Sarah Churchill n’a qu’une obsession dans sa vie :
l’avancement de la famille Churchill, la gloire de John, la grandeur de la dynastie
des Marlborough. Elle deploie ses talents de manipulatrice non seulement auprès de la grosse et triste reine dont
elle est la favorite. Elle use de son immense influence politique auprès les ministres et les partis, aussi bien lesWhigs que les Tories.Elle fait et et défait les gouvernements. Elle tyrannise les architectes des grandes œuvres, ( dont l’architecte
Vanbrugh qu’elle déteste, car elle
veut que ce soit le grand Christopher Wrenn, en personne, qui édifie le Palais de Blenheim,
le plus grand monument consacré à la Gloire des Churchills et qui finira par
coûter des sommes inimaginables ). Mais Sarah manipule également l’entourage de
la reine Anne, y compris ses domestiques. Et c’est justement une femme de
chambre de la reine, une parente pauvre qu’elle, Sarah, avait placée auprès
d’Anne, qui causera sa perte. Abigail Hill, intrigante à sa manière douce, secrète
et silencieuse, réussira à évincer l’exubérante Sarah Churchill de la place
qu’elle occupait à la Cour de la reine
Anne. Anne qui va se révéler plus têtue,
plus forte et moins bête que Sarah ne l’avait imaginée… Et c’est Abigail Hill sera la
nouvelle conseillère et la nouvelle favorite de Queen Anne, la dernière des Stuarts.
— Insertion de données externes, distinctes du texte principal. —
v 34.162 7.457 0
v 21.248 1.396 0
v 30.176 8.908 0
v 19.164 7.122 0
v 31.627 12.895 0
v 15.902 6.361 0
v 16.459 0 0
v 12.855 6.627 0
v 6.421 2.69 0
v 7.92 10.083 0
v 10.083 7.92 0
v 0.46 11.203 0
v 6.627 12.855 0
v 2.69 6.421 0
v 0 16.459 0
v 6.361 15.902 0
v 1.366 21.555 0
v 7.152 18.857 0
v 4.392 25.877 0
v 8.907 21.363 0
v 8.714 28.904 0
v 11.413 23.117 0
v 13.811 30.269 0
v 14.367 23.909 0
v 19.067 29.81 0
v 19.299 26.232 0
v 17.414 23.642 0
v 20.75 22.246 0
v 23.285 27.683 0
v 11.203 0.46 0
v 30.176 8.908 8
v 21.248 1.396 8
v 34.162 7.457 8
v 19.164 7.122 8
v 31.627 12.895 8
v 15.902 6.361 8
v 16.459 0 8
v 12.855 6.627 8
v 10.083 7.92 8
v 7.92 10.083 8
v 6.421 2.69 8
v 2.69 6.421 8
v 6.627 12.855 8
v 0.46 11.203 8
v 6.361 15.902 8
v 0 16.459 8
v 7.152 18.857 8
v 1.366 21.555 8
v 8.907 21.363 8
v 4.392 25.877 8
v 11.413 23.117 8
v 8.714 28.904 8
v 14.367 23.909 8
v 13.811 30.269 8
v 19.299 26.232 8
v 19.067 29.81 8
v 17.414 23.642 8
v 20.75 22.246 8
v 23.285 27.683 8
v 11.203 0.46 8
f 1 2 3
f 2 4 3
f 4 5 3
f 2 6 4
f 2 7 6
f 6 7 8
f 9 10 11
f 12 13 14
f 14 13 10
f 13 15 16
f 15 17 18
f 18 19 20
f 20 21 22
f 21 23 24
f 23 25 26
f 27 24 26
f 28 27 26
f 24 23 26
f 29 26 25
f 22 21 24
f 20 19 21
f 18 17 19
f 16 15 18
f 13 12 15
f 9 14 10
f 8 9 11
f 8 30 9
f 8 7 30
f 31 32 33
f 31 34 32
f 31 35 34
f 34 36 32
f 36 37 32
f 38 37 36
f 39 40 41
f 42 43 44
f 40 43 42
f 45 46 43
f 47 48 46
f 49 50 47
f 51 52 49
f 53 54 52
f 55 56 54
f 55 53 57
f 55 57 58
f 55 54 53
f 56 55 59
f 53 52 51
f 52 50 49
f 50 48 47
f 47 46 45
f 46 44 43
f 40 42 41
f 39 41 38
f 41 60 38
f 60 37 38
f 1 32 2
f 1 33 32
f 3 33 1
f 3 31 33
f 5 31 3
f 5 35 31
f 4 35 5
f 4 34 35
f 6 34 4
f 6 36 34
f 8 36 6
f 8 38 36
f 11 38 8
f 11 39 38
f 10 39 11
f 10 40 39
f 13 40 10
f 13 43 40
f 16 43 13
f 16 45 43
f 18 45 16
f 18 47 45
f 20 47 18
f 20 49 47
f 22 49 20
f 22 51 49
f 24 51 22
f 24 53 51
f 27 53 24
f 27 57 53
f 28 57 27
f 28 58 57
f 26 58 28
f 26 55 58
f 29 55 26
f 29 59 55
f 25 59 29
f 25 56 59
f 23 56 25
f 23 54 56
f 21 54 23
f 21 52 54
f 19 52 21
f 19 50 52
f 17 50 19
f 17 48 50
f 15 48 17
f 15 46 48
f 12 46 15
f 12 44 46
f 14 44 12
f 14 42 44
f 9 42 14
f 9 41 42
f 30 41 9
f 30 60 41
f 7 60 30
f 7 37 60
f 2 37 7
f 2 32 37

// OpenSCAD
$fn = 32;

// ----------------------------------------------------------------------
// Eye lug: ring_tail, 8 mm thick
// ----------------------------------------------------------------------

// --- parameters (mm) ---
profile_height = 8;       // extrusion height
profile_points = 30;      // points of the closed outline

profile = [[19.299, 26.232], [23.285, 27.683], [19.067, 29.81], [13.811, 30.269], [8.714, 28.904], [4.392, 25.877], [1.366, 21.555], [0, 16.459], [0.46, 11.203], [2.69, 6.421], [6.421, 2.69], [11.203, 0.46], [16.459, 0], [21.248, 1.396], [34.162, 7.457], [30.176, 8.908], [31.627, 12.895], [19.164, 7.122], [15.902, 6.361], [12.855, 6.627], [10.083, 7.92], [7.92, 10.083], [6.627, 12.855], [6.361, 15.902], [7.152, 18.857], [8.907, 21.363], [11.413, 23.117], [14.367, 23.909], [17.414, 23.642], [20.75, 22.246]];  // single closed polygon, 30 points, counter clockwise

// --- the one profile operation ---
linear_extrude(height = profile_height) polygon(points = profile);
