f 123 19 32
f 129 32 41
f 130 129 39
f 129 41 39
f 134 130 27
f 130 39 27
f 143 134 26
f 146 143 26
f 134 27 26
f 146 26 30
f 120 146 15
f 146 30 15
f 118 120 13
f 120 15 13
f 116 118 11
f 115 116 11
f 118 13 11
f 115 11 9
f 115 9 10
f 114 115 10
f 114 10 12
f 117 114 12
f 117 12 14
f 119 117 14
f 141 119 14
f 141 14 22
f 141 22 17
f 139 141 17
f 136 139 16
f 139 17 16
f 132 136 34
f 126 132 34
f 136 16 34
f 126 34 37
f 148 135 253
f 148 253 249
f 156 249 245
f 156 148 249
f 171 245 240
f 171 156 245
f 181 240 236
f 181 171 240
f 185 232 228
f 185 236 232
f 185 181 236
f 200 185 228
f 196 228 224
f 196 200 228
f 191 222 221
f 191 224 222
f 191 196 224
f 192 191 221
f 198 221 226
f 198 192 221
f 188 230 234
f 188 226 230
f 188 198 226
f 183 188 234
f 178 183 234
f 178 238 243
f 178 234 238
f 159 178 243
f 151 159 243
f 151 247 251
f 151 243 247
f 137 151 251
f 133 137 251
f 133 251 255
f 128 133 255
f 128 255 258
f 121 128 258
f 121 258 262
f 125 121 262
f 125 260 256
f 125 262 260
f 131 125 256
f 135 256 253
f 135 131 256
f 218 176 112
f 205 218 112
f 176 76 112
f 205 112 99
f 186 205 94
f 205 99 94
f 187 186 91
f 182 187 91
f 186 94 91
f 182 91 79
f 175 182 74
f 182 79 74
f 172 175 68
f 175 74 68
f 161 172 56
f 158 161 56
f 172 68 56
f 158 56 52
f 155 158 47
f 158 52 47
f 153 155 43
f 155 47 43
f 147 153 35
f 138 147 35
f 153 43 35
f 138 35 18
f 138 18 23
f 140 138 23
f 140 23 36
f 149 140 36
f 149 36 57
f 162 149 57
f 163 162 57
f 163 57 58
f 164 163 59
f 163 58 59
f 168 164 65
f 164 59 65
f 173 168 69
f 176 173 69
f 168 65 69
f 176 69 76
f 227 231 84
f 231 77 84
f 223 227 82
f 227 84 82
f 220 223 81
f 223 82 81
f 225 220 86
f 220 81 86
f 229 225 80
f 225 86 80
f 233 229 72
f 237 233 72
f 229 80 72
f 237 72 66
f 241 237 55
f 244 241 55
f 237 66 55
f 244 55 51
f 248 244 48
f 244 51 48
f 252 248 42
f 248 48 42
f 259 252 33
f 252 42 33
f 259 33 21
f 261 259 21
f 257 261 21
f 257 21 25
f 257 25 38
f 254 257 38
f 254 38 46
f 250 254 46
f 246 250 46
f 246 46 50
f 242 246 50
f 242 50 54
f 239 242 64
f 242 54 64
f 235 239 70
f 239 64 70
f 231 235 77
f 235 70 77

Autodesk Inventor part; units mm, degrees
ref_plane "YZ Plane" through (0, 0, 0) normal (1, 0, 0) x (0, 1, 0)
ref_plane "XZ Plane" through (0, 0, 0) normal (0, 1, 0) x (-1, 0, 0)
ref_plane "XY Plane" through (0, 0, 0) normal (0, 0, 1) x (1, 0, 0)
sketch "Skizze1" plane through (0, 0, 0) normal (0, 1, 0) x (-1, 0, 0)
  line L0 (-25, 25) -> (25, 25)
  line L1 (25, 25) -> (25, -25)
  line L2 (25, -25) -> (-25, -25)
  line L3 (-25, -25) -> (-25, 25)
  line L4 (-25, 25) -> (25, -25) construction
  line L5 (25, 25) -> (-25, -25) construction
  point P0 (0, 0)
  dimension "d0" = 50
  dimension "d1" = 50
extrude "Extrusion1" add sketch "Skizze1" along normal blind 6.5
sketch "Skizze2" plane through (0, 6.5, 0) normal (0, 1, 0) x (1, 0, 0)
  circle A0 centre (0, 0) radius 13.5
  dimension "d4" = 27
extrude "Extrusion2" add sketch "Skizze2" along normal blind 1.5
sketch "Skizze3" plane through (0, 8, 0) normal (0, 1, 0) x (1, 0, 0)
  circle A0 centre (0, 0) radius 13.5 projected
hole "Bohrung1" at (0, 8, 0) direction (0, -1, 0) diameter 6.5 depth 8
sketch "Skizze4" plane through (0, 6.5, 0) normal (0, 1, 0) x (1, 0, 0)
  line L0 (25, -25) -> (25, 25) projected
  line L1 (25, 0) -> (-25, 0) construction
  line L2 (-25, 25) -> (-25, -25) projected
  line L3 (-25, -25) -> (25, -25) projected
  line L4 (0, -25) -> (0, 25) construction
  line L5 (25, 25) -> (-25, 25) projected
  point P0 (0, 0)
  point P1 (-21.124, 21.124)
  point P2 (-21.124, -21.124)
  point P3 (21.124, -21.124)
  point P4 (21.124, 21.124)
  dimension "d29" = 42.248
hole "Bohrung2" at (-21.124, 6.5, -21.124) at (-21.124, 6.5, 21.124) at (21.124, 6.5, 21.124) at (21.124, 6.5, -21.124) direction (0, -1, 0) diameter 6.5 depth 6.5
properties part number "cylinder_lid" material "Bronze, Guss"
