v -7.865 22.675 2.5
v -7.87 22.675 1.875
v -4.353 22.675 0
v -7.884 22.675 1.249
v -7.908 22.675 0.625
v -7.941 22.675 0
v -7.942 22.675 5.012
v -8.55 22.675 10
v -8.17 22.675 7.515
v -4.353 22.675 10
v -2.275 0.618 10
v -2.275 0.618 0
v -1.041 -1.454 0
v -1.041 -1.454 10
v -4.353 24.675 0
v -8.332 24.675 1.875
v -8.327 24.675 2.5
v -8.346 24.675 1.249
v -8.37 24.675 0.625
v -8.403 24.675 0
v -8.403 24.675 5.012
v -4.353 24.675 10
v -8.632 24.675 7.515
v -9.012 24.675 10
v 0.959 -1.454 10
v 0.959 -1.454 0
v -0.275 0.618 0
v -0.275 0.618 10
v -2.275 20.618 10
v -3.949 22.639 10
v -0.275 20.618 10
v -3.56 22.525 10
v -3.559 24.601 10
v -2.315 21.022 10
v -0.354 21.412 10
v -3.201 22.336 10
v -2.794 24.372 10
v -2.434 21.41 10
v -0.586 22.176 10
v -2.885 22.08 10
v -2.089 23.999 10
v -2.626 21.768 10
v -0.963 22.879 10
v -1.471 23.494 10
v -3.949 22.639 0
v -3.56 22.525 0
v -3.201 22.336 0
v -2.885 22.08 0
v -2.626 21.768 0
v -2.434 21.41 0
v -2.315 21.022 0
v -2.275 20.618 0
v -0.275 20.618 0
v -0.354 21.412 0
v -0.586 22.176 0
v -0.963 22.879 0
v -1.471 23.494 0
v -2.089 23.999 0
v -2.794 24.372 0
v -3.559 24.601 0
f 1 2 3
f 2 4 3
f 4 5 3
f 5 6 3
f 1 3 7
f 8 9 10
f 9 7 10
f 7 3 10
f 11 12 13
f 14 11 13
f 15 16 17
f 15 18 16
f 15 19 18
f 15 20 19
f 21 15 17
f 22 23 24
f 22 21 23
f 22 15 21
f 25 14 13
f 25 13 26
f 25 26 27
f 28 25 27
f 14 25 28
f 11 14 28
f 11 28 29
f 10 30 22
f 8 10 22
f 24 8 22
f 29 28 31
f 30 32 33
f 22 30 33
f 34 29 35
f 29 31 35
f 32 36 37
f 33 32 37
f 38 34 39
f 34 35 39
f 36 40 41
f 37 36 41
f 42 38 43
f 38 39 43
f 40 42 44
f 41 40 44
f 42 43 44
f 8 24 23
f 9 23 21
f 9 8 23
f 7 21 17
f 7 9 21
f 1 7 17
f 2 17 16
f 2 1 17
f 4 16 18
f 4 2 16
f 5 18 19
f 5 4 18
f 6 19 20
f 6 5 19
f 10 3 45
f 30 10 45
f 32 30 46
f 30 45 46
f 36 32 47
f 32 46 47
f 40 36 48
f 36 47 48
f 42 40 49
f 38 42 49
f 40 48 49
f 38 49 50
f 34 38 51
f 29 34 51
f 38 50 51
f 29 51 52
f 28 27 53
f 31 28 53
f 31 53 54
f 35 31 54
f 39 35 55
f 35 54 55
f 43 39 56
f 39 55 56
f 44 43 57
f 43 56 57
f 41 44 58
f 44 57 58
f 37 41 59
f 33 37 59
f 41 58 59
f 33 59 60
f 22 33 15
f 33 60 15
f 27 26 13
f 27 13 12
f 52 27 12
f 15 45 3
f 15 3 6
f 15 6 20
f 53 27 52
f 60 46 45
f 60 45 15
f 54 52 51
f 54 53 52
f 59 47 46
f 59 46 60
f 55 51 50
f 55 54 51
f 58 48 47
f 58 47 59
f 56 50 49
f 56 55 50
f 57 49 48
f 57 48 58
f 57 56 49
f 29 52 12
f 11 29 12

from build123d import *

# Parameters (mm, degrees)
BOSS_EXTRUDE1_DEPTH     = 10
SKETCH2_W               = 10
SKETCH2_H               = 2.000056303
BOSS_EXTRUDE2_DEPTH     = 5
CUT_EXTRUDE3_DEPTH      = 11
BOSS_EXTRUDE7_DEPTH     = 10
SKETCH10_R              = 42.5
CUT_EXTRUDE5_DEPTH      = 2
CUT_EXTRUDE5_DEPTH_BACK = 2


with BuildPart() as part:
    # Sketch1 → Boss-Extrude1 (new body)
    with BuildSketch(Plane.XY):
        with BuildLine():
            Line((-0.275264024, 0.618336289), (-0.275264024, 20.618336289))
            ThreePointArc((-0.275264024, 20.618336289), (-1.471073772, 23.494405264), (-4.353490365, 24.674832426))
            Line((-4.353490365, 24.674832426), (-4.353490365, 22.674776123))
            ThreePointArc((-4.353490365, 22.674776123), (-2.885297366, 22.080181828), (-2.275264024, 20.618336289))
            Line((-2.275264024, 20.618336289), (-2.275264024, 0.618336289))
            Line((-2.275264024, 0.618336289), (-1.040586258, -1.454212886))
            Line((-1.040586258, -1.454212886), (0.959413742, -1.454212886))
            Line((0.959413742, -1.454212886), (-0.275264024, 0.618336289))
        make_face()
    extrude(amount=BOSS_EXTRUDE1_DEPTH)

    # Sketch2 → Boss-Extrude2 (add)
    with BuildSketch(Plane.ZY.offset(4.353490365)):
        with Locations((5, 23.674804275)):
            Rectangle(SKETCH2_W, SKETCH2_H)
    extrude(amount=BOSS_EXTRUDE2_DEPTH)

    # Sketch7 → Cut-Extrude3 (cut, through all)
    with BuildSketch(Plane.XY.offset(10)):
        with BuildLine():
            Line((-9.353490365, 24.674832426), (-8.891740984, 22.674776123))
            ThreePointArc((-8.891740984, 22.674776123), (-9.122615674, 22.648471274), (-9.353490365, 22.674776123))
            Line((-9.353490365, 22.674776123), (-9.353490365, 24.674832426))
        make_face()
    extrude(amount=-CUT_EXTRUDE3_DEPTH, mode=Mode.SUBTRACT)

    # Sketch8 → Boss-Extrude7 (add, through all)
    with BuildSketch(Plane.XY.offset(10)):
        Polygon((-9.122615674, 23.674804274), (-50.533343428, 14.114384465), (-50.555838533, 14.211821471), (-9.14511078, 23.772241281), align=None)
    extrude(amount=-BOSS_EXTRUDE7_DEPTH)

    # Sketch10 → Cut-Extrude5 (cut, two sides)
    with BuildSketch(Plane(origin=(-5.673302165, 24.573771456, 0), x_dir=(0.974370065, 0.224951054, 0), z_dir=(-0.224951054, 0.974370065, 0))) as cut_extrude5_sk:
        with Locations((-45.063131443, -2.5)):
            Circle(SKETCH10_R)
    extrude(amount=CUT_EXTRUDE5_DEPTH, mode=Mode.SUBTRACT)
    extrude(cut_extrude5_sk.sketch, amount=-CUT_EXTRUDE5_DEPTH_BACK, mode=Mode.SUBTRACT)


solid = part.part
Après la rupture de Sarah et d’Anne en 1711, le Duc et la
Duchesse de Marlborough partiront en exil. Ils ne reviendront en Angleterre
qu’après la mort de la reine Anne en 1714, lors de l’avènement d’une nouvelle dynastie :
celle des Hanovre. John mourra en 1722. Sarah, inconsolable, continuera à intriguer jusqu’à
sa mort en 1744.
Pour illustrer ce récit je vous recommande la lecture de
« Courting her Highness : the Story of Queen Anne » écrit par la
romancière anglaise Jean Plaidy .Un bon livre, publié d’abord sous le titre
« The Queen’s Favorites » par Robrt Hale,en 1966, à Londres,et ensuite
publié sous le nouveau titre aux USA, par
Broadway
Paperbacks, en 1994,
une année après la mort de l’écrivain.